▸ **Assigned task**: Lift out, unaltered, the lines of the material below between the line holding "#47=LINE('',#42,#26);" and the line holding "#110=AXIS2_PLACEMENT_3D('',#101,#32,#60);", counting both.

★ ★ ★ ★ ★ ★ ★

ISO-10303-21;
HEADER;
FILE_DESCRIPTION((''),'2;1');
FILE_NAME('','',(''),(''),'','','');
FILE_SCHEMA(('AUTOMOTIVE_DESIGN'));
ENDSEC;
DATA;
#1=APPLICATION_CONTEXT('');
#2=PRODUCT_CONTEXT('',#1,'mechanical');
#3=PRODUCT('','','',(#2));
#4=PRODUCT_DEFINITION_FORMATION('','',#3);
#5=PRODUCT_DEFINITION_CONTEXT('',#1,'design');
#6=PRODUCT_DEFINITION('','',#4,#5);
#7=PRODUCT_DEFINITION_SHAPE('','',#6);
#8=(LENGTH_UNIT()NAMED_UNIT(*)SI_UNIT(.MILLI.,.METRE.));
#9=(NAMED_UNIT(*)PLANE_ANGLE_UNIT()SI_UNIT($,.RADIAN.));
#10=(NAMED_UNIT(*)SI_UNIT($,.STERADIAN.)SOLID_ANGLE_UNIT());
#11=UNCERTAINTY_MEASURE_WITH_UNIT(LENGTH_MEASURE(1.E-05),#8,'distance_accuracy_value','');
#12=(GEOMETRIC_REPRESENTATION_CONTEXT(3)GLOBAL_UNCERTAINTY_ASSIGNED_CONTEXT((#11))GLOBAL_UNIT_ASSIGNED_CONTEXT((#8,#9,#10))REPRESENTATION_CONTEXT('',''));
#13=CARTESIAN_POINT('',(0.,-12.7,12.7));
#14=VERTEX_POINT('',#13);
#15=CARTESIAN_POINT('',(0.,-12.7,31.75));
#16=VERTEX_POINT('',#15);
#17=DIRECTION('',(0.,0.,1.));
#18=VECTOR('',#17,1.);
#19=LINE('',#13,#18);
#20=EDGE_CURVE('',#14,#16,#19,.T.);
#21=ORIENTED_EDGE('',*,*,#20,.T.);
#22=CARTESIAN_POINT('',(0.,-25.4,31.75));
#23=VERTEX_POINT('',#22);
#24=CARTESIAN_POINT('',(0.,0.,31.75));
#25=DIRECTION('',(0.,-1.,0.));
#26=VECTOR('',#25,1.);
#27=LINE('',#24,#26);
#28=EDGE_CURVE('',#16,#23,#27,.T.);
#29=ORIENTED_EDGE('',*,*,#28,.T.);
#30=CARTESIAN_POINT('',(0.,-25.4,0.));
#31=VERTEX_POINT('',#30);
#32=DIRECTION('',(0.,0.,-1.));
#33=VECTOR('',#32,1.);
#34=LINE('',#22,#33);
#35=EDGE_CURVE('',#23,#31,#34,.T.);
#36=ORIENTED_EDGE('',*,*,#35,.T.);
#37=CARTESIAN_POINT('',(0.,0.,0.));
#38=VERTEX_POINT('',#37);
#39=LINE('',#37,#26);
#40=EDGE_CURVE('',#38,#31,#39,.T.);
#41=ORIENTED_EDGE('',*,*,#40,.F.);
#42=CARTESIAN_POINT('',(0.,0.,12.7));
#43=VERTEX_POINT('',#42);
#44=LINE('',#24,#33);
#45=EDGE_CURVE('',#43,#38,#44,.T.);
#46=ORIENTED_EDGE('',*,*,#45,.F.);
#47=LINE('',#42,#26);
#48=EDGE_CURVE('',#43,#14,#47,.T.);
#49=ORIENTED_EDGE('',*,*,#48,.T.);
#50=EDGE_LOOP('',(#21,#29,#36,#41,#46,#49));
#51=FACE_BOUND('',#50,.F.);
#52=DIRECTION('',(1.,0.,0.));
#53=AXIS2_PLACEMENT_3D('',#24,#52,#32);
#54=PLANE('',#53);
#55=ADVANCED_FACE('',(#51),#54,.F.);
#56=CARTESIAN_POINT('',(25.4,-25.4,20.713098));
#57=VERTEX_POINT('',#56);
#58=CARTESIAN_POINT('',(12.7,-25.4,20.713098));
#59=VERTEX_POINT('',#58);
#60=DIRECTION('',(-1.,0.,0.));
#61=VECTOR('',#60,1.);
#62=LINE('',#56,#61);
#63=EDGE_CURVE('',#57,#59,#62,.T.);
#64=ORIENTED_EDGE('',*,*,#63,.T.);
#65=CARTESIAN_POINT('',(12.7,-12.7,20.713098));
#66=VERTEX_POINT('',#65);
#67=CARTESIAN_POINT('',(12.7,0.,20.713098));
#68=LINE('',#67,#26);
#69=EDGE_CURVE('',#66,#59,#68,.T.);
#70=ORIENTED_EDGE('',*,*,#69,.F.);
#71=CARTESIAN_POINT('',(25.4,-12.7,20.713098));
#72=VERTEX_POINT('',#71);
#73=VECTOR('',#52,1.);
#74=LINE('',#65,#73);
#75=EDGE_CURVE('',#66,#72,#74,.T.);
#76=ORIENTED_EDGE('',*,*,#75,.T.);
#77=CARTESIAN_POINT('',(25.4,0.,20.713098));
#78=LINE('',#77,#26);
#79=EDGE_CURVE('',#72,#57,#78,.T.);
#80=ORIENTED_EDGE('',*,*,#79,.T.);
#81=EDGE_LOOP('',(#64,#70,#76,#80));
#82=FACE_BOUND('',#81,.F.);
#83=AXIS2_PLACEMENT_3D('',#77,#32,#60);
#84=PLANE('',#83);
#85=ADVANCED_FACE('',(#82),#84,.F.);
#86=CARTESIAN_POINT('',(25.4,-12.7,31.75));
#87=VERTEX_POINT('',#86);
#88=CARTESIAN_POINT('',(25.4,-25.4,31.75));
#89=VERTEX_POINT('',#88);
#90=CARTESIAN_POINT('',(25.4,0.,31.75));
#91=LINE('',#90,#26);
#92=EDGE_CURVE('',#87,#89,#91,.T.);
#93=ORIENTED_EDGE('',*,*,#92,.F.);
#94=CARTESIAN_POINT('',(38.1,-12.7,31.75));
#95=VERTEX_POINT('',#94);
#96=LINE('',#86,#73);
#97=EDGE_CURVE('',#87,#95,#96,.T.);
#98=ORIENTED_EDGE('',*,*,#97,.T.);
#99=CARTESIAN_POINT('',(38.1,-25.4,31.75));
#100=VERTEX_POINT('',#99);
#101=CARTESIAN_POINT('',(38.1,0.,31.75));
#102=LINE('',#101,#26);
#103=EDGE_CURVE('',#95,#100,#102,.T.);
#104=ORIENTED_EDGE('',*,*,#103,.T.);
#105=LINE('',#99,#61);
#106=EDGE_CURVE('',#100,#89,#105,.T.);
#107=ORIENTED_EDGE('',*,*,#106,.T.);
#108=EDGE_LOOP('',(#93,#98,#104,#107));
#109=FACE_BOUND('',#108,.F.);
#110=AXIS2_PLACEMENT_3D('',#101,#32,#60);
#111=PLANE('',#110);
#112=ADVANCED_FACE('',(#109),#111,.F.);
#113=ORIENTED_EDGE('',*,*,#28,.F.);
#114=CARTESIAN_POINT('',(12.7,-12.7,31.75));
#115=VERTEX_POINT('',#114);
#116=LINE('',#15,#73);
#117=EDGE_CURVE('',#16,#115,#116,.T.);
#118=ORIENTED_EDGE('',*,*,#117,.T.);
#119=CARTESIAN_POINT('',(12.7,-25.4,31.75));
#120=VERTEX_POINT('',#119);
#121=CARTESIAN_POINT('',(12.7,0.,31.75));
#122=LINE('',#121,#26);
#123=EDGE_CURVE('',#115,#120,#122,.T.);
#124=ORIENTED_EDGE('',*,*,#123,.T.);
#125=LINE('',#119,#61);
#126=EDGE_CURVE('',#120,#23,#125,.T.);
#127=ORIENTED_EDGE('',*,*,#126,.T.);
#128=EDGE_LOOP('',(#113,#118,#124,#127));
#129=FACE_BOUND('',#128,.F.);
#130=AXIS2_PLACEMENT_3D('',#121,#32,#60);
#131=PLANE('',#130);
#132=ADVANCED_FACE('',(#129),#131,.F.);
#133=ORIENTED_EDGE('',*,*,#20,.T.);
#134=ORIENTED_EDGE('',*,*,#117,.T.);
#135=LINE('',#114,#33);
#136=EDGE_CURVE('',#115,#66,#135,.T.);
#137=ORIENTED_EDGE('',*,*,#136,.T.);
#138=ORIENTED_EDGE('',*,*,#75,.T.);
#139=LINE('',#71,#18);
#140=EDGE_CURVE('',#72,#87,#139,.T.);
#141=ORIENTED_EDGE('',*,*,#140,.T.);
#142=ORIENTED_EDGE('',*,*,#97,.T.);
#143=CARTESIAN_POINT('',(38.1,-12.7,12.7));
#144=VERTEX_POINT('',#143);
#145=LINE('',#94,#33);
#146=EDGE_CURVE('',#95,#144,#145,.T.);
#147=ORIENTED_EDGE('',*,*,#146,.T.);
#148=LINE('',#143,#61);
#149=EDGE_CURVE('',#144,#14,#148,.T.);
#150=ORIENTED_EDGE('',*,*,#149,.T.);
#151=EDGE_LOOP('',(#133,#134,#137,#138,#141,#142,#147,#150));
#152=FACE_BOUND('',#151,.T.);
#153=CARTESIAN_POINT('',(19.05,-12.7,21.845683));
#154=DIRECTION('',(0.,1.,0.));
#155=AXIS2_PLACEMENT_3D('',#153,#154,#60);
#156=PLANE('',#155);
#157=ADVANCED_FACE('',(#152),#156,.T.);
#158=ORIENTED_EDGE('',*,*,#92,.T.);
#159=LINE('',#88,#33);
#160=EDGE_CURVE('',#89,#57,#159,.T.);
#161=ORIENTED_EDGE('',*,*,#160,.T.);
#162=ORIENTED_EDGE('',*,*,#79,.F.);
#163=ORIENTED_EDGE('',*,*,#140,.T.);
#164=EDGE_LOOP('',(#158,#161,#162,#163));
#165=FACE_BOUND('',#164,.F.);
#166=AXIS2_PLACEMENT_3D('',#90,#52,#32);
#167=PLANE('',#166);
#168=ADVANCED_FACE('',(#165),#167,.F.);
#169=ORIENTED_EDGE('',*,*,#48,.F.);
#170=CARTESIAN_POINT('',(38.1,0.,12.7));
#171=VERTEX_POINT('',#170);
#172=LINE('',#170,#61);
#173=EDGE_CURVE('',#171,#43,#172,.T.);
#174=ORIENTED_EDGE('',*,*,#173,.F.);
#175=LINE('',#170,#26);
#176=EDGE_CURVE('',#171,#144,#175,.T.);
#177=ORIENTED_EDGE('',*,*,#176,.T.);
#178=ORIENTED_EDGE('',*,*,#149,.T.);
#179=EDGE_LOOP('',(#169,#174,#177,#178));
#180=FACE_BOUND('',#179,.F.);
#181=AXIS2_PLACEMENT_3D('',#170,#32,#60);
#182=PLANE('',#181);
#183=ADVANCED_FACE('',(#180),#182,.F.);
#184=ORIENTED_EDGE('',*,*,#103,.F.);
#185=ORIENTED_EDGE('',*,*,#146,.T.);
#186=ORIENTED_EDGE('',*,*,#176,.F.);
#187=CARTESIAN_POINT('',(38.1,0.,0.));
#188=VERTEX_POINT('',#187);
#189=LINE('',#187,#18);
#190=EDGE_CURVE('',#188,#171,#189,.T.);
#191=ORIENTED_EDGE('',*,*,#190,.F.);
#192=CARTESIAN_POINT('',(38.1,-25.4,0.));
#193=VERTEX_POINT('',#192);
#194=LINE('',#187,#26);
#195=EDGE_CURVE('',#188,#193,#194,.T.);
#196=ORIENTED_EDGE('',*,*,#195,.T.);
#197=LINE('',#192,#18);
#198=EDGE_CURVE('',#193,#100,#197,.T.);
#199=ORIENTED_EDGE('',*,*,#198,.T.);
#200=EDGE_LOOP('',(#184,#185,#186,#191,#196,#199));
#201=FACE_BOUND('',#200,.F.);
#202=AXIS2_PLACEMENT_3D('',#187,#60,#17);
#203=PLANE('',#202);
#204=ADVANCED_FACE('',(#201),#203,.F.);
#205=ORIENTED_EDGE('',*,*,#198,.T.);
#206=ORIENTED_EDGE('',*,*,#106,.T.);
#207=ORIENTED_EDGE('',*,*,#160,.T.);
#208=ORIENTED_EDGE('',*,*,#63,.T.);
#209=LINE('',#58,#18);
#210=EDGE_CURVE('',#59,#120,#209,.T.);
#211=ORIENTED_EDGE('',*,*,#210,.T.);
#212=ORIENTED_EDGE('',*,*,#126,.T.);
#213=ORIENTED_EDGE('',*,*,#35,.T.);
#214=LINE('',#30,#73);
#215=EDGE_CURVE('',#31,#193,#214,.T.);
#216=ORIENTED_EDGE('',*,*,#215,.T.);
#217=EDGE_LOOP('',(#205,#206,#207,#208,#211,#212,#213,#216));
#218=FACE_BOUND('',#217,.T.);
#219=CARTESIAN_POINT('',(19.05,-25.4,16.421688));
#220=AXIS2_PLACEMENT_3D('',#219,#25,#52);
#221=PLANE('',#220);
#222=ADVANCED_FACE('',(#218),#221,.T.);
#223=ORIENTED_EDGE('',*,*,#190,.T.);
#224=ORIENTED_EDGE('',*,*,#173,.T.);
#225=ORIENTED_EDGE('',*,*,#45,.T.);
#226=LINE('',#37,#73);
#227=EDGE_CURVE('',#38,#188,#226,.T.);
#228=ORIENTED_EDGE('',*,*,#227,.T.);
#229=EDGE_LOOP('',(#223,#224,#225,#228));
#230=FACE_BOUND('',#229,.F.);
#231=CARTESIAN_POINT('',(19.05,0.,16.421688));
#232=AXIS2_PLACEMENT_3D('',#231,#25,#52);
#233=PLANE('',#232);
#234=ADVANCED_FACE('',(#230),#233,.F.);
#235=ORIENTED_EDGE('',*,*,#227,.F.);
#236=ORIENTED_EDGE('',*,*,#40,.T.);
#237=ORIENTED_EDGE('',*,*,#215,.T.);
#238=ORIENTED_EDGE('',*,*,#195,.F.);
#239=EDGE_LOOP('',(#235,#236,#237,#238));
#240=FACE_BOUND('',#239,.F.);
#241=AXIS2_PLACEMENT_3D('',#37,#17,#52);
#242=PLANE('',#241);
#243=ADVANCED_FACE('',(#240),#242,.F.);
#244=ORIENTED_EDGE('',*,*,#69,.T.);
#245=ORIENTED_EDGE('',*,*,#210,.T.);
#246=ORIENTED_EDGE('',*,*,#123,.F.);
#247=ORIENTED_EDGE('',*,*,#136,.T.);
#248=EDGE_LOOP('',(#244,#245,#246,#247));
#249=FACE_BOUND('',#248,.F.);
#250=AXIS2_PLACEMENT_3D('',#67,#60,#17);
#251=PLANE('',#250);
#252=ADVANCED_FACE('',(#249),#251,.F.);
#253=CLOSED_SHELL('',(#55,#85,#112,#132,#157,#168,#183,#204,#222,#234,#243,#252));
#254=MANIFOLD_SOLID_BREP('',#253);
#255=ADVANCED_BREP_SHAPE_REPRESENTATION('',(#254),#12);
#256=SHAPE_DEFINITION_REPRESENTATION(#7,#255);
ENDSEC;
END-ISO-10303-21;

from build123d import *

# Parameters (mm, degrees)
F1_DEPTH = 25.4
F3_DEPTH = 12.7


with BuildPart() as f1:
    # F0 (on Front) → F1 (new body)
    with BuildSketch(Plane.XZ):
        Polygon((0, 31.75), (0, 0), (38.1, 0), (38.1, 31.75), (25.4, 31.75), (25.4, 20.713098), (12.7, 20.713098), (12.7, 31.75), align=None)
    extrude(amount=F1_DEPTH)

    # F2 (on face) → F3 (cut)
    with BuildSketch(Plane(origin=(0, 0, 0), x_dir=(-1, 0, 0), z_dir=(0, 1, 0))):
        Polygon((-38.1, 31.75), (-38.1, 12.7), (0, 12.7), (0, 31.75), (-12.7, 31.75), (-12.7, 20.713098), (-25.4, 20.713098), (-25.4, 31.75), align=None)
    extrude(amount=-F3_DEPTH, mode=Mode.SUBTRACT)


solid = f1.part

★ ★ ★ ★ ★ ★ ★

▸ **Response**:
#47=LINE('',#42,#26);
#48=EDGE_CURVE('',#43,#14,#47,.T.);
#49=ORIENTED_EDGE('',*,*,#48,.T.);
#50=EDGE_LOOP('',(#21,#29,#36,#41,#46,#49));
#51=FACE_BOUND('',#50,.F.);
#52=DIRECTION('',(1.,0.,0.));
#53=AXIS2_PLACEMENT_3D('',#24,#52,#32);
#54=PLANE('',#53);
#55=ADVANCED_FACE('',(#51),#54,.F.);
#56=CARTESIAN_POINT('',(25.4,-25.4,20.713098));
#57=VERTEX_POINT('',#56);
#58=CARTESIAN_POINT('',(12.7,-25.4,20.713098));
#59=VERTEX_POINT('',#58);
#60=DIRECTION('',(-1.,0.,0.));
#61=VECTOR('',#60,1.);
#62=LINE('',#56,#61);
#63=EDGE_CURVE('',#57,#59,#62,.T.);
#64=ORIENTED_EDGE('',*,*,#63,.T.);
#65=CARTESIAN_POINT('',(12.7,-12.7,20.713098));
#66=VERTEX_POINT('',#65);
#67=CARTESIAN_POINT('',(12.7,0.,20.713098));
#68=LINE('',#67,#26);
#69=EDGE_CURVE('',#66,#59,#68,.T.);
#70=ORIENTED_EDGE('',*,*,#69,.F.);
#71=CARTESIAN_POINT('',(25.4,-12.7,20.713098));
#72=VERTEX_POINT('',#71);
#73=VECTOR('',#52,1.);
#74=LINE('',#65,#73);
#75=EDGE_CURVE('',#66,#72,#74,.T.);
#76=ORIENTED_EDGE('',*,*,#75,.T.);
#77=CARTESIAN_POINT('',(25.4,0.,20.713098));
#78=LINE('',#77,#26);
#79=EDGE_CURVE('',#72,#57,#78,.T.);
#80=ORIENTED_EDGE('',*,*,#79,.T.);
#81=EDGE_LOOP('',(#64,#70,#76,#80));
#82=FACE_BOUND('',#81,.F.);
#83=AXIS2_PLACEMENT_3D('',#77,#32,#60);
#84=PLANE('',#83);
#85=ADVANCED_FACE('',(#82),#84,.F.);
#86=CARTESIAN_POINT('',(25.4,-12.7,31.75));
#87=VERTEX_POINT('',#86);
#88=CARTESIAN_POINT('',(25.4,-25.4,31.75));
#89=VERTEX_POINT('',#88);
#90=CARTESIAN_POINT('',(25.4,0.,31.75));
#91=LINE('',#90,#26);
#92=EDGE_CURVE('',#87,#89,#91,.T.);
#93=ORIENTED_EDGE('',*,*,#92,.F.);
#94=CARTESIAN_POINT('',(38.1,-12.7,31.75));
#95=VERTEX_POINT('',#94);
#96=LINE('',#86,#73);
#97=EDGE_CURVE('',#87,#95,#96,.T.);
#98=ORIENTED_EDGE('',*,*,#97,.T.);
#99=CARTESIAN_POINT('',(38.1,-25.4,31.75));
#100=VERTEX_POINT('',#99);
#101=CARTESIAN_POINT('',(38.1,0.,31.75));
#102=LINE('',#101,#26);
#103=EDGE_CURVE('',#95,#100,#102,.T.);
#104=ORIENTED_EDGE('',*,*,#103,.T.);
#105=LINE('',#99,#61);
#106=EDGE_CURVE('',#100,#89,#105,.T.);
#107=ORIENTED_EDGE('',*,*,#106,.T.);
#108=EDGE_LOOP('',(#93,#98,#104,#107));
#109=FACE_BOUND('',#108,.F.);
#110=AXIS2_PLACEMENT_3D('',#101,#32,#60);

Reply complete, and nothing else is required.